The big news out of France yesterday wasn’t yet another fracture in the UMP party — Jean-Francois Cope can’t buy a break — or the protests over a controversial new airport in Nantes. No, the eyes of the world turned to the birthplace of aristocracy to examine Joey Barton’s latest in performance theater. Bartonese is the new language sweeping the land. Enroll your children in classes accordingly.
In their analysis, the always serious BBC contacted Dr.Karen Douglas. The good doctor explained Bartonese could have been a product of speech accommodation — an occurrence that features people alter their accent in unfamiliar surroundings.
In an effort to add to the academic discourse on this subject, one of the utmost importance in these harrowing times, I’ve narrowed down the Bartonese phenomenon to three possibilities.

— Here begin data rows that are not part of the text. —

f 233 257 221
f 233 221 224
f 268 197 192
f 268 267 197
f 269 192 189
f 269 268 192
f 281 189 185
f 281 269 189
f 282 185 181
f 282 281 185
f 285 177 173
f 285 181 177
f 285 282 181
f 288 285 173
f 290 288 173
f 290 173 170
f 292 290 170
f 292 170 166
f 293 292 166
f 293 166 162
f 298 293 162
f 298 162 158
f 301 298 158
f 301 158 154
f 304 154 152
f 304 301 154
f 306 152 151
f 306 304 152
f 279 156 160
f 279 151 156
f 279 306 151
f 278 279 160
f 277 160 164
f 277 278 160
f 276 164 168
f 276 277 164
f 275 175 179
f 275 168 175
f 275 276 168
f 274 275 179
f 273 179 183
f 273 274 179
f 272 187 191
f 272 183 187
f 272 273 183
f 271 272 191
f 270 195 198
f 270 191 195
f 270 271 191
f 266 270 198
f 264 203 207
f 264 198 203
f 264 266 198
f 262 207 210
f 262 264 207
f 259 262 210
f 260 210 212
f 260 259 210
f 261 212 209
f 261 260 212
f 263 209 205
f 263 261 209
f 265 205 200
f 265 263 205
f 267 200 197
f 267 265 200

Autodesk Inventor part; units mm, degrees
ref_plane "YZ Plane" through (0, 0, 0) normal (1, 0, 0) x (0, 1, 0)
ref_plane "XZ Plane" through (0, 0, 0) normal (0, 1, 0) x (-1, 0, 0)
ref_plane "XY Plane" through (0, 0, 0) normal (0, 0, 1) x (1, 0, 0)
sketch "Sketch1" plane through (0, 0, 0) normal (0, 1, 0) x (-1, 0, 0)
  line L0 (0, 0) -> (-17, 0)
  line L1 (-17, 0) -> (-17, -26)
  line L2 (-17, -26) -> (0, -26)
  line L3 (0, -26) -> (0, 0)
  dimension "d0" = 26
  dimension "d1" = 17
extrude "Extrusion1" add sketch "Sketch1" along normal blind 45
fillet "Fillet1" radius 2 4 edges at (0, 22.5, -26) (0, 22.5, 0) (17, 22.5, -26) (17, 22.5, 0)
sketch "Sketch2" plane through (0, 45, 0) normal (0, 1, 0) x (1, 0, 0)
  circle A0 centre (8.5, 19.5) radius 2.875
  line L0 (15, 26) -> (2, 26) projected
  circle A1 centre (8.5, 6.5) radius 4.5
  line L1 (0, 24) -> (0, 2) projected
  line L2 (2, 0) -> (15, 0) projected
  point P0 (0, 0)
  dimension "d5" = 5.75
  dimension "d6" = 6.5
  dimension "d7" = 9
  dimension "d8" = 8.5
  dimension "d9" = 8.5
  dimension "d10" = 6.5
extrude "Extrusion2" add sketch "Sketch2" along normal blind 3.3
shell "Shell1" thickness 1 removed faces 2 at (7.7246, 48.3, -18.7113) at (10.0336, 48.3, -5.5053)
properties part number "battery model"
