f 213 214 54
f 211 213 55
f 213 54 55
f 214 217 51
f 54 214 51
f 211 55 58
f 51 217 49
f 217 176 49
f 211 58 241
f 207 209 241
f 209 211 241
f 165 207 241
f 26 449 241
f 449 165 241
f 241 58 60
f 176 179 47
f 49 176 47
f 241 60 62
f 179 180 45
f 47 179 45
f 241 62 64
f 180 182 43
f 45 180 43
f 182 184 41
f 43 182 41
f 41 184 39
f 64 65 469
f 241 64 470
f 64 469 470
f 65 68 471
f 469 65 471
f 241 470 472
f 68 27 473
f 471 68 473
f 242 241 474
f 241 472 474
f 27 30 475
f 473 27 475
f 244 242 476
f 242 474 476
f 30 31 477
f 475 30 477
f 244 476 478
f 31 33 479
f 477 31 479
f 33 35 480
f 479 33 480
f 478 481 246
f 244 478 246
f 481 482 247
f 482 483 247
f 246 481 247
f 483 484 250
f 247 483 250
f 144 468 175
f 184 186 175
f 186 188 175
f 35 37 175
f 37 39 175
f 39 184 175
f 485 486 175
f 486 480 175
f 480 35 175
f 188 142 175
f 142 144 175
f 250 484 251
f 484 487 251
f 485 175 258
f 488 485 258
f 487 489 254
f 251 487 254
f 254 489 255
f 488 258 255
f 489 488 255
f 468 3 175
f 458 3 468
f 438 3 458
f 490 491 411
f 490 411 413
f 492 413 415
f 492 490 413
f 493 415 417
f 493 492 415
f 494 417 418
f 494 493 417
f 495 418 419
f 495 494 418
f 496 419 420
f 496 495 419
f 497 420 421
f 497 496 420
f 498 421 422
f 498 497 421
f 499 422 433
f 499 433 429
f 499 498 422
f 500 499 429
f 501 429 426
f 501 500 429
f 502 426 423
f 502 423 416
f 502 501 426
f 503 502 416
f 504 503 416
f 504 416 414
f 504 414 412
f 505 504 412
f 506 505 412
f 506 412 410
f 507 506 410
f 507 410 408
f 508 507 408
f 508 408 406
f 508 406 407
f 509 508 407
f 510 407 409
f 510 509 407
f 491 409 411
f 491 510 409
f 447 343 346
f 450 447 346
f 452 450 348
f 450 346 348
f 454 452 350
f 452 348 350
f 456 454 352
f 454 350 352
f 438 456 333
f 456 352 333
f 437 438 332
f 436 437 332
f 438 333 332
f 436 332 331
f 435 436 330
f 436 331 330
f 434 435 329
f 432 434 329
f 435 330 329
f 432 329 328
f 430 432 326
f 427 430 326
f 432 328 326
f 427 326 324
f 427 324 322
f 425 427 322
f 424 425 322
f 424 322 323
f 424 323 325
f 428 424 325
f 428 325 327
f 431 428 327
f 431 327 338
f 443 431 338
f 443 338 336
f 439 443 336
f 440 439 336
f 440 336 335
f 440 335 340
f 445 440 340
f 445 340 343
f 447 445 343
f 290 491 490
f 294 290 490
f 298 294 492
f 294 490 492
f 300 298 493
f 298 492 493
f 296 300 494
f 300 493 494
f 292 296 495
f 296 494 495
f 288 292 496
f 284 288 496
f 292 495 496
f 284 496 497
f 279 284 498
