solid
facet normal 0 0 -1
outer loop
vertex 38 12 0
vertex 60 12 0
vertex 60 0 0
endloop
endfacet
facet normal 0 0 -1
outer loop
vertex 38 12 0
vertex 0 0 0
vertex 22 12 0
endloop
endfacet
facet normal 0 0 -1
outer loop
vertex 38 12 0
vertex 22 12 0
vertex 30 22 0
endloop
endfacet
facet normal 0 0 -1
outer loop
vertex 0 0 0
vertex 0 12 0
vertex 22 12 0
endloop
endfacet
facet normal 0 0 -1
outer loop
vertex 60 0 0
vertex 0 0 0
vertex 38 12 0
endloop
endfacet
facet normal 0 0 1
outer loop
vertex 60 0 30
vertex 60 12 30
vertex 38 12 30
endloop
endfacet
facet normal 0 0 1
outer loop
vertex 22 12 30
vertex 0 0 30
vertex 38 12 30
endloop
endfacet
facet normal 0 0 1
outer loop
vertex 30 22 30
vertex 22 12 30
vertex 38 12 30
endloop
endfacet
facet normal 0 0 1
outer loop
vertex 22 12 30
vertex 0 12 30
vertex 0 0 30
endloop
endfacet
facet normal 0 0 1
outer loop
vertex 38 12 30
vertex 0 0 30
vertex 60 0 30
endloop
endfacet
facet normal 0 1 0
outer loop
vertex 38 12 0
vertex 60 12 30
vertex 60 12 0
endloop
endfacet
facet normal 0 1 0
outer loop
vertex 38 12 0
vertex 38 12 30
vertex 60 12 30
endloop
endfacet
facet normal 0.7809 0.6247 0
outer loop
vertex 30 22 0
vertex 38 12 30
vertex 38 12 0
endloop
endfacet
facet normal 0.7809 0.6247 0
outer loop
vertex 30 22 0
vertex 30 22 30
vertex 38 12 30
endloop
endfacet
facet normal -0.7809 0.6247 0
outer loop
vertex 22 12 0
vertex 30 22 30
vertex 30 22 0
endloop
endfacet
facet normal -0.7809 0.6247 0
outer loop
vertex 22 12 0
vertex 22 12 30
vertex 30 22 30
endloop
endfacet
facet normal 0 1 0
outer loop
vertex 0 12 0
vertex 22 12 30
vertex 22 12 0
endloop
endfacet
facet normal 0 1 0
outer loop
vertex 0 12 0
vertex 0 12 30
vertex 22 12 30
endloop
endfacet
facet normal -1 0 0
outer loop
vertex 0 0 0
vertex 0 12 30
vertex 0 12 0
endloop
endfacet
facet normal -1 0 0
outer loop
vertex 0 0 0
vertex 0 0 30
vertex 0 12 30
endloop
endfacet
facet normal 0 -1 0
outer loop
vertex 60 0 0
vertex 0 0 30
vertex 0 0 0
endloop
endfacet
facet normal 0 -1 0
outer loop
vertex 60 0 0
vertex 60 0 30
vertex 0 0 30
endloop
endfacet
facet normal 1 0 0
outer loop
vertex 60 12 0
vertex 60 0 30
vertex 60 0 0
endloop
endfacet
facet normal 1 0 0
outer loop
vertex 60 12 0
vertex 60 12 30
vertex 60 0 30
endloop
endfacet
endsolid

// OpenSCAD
$fn = 32;

// ----------------------------------------------------------------------
// V guide rail: vrib, 60 mm wide
// ----------------------------------------------------------------------

// --- parameters (mm) ---
rail_w = 60;              // rail width, X
base_t = 12;              // base plate thickness
v_depth = 10;             // V feature depth / height
v_half_w = 8;             // half width of the V at the base face
plate_t = 30;             // rail length, Z (the extrusion height)

profile = [[0, 0], [60, 0], [60, 12], [38, 12], [30, 22], [22, 12], [0, 12]];  // primary outline, 7 points, counter clockwise

// --- the one profile operation ---
linear_extrude(height = plate_t) polygon(points = profile);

Joey Barton was trying to fit in
I’ve done it to. Maybe not to the extent of Barton, but enough so that it felt quite different. The first time I visited India, my sisters and I employed an accent that would be deemed thoroughly offensive to my Indian relatives back home. It wasn’t done out of ignorance, rather, we found the locals who did speak English could understand us better if we slowed down our cadence and eliminated slang. It worked. Of course, those first few weeks back in Canada after the trip were a little rough. It’s hard to shake something you’ve done consistently for six weeks.

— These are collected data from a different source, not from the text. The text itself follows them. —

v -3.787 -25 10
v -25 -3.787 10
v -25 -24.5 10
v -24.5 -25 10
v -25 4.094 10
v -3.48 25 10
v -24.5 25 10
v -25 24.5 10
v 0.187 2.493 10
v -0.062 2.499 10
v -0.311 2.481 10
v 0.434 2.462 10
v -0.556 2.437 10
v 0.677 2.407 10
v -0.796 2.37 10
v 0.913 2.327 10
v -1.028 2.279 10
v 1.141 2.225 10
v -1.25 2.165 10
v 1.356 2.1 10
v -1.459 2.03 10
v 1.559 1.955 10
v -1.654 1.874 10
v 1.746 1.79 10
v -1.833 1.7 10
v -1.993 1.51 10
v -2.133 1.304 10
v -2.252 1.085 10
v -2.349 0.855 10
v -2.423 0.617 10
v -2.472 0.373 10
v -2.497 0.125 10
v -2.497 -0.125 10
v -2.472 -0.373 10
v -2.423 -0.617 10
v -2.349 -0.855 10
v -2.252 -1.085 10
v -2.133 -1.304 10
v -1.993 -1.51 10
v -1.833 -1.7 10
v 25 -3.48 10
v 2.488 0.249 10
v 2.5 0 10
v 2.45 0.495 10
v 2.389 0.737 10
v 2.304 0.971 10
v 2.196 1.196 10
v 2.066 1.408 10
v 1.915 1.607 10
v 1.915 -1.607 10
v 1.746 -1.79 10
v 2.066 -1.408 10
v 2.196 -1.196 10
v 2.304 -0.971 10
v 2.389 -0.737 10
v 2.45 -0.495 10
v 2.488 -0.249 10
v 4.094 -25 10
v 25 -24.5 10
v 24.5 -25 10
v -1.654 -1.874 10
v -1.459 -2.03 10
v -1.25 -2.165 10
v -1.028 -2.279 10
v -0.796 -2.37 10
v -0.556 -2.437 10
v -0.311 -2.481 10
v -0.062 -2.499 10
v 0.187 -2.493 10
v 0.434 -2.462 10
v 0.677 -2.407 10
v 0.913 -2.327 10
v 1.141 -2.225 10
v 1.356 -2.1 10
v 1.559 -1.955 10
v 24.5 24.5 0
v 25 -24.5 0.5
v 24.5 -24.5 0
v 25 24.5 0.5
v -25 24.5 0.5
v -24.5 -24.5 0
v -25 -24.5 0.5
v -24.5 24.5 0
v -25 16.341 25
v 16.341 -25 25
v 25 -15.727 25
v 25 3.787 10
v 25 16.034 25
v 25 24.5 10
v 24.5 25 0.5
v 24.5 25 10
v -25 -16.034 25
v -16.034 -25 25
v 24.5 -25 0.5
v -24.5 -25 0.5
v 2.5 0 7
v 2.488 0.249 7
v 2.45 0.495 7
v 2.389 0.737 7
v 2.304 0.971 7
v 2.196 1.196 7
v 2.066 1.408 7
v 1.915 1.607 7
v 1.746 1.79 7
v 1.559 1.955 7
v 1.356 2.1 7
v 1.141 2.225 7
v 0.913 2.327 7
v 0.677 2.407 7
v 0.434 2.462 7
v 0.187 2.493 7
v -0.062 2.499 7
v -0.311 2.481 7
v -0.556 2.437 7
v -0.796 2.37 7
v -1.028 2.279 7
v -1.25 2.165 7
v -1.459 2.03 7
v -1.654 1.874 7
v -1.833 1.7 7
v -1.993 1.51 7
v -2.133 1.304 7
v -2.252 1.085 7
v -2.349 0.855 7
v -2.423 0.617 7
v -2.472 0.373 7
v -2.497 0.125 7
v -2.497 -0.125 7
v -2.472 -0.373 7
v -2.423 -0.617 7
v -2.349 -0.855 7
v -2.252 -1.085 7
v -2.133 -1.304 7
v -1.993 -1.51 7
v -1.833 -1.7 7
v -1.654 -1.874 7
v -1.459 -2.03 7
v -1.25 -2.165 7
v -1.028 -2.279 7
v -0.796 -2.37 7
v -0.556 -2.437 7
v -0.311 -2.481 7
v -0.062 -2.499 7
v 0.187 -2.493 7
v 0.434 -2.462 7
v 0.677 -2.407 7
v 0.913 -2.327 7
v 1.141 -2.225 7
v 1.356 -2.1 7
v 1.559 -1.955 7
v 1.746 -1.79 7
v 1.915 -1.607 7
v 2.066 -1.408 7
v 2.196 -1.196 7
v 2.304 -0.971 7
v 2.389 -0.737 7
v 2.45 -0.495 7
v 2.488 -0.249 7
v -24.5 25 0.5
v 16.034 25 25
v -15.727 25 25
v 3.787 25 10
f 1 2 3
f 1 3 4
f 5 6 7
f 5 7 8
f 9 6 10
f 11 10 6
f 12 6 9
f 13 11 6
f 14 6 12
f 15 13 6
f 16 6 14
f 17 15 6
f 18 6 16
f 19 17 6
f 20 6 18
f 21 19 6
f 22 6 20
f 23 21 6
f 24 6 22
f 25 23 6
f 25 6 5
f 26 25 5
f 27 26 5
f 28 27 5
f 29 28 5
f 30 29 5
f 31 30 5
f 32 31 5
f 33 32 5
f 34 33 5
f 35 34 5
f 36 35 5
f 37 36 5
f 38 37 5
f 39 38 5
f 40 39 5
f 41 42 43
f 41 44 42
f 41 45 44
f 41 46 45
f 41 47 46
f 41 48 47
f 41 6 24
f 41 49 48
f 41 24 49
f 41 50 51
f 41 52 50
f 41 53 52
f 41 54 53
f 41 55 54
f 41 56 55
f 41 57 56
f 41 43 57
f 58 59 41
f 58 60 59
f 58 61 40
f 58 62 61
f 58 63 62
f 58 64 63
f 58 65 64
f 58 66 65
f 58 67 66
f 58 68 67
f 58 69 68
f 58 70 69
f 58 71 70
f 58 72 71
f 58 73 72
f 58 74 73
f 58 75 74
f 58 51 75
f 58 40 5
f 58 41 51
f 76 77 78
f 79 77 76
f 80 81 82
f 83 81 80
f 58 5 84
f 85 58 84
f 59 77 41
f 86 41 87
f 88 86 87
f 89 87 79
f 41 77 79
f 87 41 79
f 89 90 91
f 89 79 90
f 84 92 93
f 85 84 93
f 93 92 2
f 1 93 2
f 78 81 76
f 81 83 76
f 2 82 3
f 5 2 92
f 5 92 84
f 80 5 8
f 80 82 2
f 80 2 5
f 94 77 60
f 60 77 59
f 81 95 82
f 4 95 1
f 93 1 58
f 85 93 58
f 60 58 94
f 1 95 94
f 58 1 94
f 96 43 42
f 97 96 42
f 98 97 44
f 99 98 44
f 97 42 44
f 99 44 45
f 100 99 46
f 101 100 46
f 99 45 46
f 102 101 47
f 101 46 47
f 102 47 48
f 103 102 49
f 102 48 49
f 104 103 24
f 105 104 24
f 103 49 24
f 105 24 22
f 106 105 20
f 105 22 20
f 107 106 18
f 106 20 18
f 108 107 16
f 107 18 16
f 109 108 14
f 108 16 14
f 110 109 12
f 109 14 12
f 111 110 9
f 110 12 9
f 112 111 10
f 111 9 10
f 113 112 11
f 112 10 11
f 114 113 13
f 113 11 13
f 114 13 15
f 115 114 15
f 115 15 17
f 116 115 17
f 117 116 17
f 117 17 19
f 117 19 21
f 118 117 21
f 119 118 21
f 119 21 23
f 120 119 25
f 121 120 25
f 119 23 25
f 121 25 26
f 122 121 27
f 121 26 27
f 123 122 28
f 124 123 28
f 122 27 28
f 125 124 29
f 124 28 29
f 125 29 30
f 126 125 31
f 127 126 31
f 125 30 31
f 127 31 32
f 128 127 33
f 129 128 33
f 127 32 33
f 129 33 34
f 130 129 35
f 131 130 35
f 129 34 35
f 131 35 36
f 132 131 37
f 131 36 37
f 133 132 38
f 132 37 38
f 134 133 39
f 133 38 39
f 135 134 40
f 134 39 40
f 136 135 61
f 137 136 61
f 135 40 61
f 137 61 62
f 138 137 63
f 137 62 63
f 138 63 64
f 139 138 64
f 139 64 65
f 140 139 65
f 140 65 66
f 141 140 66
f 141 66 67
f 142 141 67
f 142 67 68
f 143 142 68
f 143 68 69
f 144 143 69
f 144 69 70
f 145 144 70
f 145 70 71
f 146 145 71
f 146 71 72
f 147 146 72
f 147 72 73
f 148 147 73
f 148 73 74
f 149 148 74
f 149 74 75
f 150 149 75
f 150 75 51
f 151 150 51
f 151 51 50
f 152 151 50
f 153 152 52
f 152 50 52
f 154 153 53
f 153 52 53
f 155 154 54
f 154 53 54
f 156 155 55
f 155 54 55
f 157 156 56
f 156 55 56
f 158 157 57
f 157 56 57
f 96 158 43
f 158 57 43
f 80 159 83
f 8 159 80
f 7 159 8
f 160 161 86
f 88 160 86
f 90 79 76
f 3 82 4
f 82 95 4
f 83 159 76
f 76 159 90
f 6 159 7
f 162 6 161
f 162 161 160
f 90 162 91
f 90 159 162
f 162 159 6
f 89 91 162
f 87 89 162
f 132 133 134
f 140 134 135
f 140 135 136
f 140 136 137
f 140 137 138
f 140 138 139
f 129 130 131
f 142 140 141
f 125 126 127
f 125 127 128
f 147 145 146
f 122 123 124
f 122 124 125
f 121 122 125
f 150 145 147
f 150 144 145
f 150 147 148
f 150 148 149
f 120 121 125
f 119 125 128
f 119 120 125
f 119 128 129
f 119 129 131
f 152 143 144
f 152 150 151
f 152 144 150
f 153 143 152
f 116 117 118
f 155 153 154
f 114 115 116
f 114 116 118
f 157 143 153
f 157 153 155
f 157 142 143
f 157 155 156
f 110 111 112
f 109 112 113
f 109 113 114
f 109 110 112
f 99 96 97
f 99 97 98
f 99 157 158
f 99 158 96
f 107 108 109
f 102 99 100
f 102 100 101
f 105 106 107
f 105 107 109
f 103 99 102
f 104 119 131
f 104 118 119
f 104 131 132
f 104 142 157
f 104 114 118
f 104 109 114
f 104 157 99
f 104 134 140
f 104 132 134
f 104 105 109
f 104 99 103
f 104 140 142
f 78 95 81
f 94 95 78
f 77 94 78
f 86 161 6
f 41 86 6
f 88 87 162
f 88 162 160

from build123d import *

# Parameters (mm, degrees)
F0_W      = 50
F0_H      = 50
F1_DEPTH  = 25
F4_DEPTH  = 70.711678
F5_W      = 50
F5_H      = 50
F6_DEPTH  = 25
F9_SIZE   = 0.5
F11_R     = 2.5
F12_DEPTH = 3


with BuildPart() as f1:
    # F0 (on Top) → F1 (new body)
    with BuildSketch(Plane.XY):
        Rectangle(F0_W, F0_H)
    extrude(amount=F1_DEPTH)

    # F3 (on face) → F4 (cut, through all)
    with BuildSketch(Plane(origin=(25, -25, 0), x_dir=(-0.707107, -0.707107, 0), z_dir=(-0.707107, 0.707107, 0))):
        Polygon((35.355339, 25), (29.015593, 25), (20.355339, 10), (35.355339, 10), align=None)
        Polygon((-20.355339, 10), (-29.015593, 25), (-35.355339, 25), (-35.355339, 10), align=None)
        Polygon((6.122772, 25), (0, 25), (-6.55672, 25), (-15.216974, 10), (14.783026, 10), align=None)
    extrude(amount=F4_DEPTH, mode=Mode.SUBTRACT)

    # F9
    f9_edges = [f1.edges().sort_by_distance(p)[0] for p in [
        (-25, 25, 5),
        (25, 25, 5),
        (25, -25, 5),
        (-25, -25, 5),
        (0, -25, 0),
        (25, 0, 0),
        (0, 25, 0),
        (-25, 0, 0),
    ]]
    chamfer(f9_edges, length=F9_SIZE)

    # F11 (on face) → F12 (cut)
    with BuildSketch(Plane.XY.offset(10)):
        Circle(F11_R)
    extrude(amount=-F12_DEPTH, mode=Mode.SUBTRACT)


with BuildPart() as f6:
    # F5 (on face) → F6 (new body)
    with BuildSketch(Plane.XY.offset(10)):
        Rectangle(F5_W, F5_H)
    extrude(amount=F6_DEPTH)

    # F7: cut F1
    add(f1.part, mode=Mode.SUBTRACT)


with BuildPart() as f6_1:
    # F8: moved
    add(f6.part.moved(Location((55, 0, 0))))


solid = f1.part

In her interview with the Beeb, Douglas stated people who use speech accommodation do so subconsciously. It’s possible Barton was just trying to adapt to his surroundings, mimicking the way some of his teammates speak English . He later tweeted that he had difficulty speaking to a room full of french journos in a scouse accent. Using that horrible, caricature of a French person speaking English, accent was his way of bridging the gap.
Joey Barton is an asshole
When I made my fourth trip to India I brought a friend. One of my relatives was getting married during the Christmas holidays. My friend is one of the kindest people I’ve ever met, and I consider myself lucky to have known him for 15 years. Upon touchdown in Mumbai he started doing the speech accommodation thing. I proceeded to lose my mind and we nearly came to blows in the streets. It wasn’t like my sisters, he wasn’t Indian. Though it was hypocritical on my part I couldn’t betray the way I felt.
After the presser Barton told Steve McClaren to eat his heart out — the former England boss spoke English in a Dutch accent years ago. He was trolling. JB wasn’t trying to fit in. He was just doing what he does.
Joey Barton was trying to fit in and is an asshole
We’ve found a winner. Speech accommodation is definitely real. I’ve done it not only in India, but in South Korea, Singapore, Malaysia and Los Angeles — one of my lower moments. My friend who came to India with me wasn’t trying to be malicious. He was trying to adapt to the context.
Joey Barton is a modern day court jester. Rather than learn a few token words in French he went full troll. It was funny for a fleeting moment — I initially laughed before remembering my own experiences in situations like this.
So there it is. With that Bartonese has been explained, rather shoddily — my apologies. Let us never speak of the language that captured the heart of one narcissistic British footballer for one glorious day. Memories.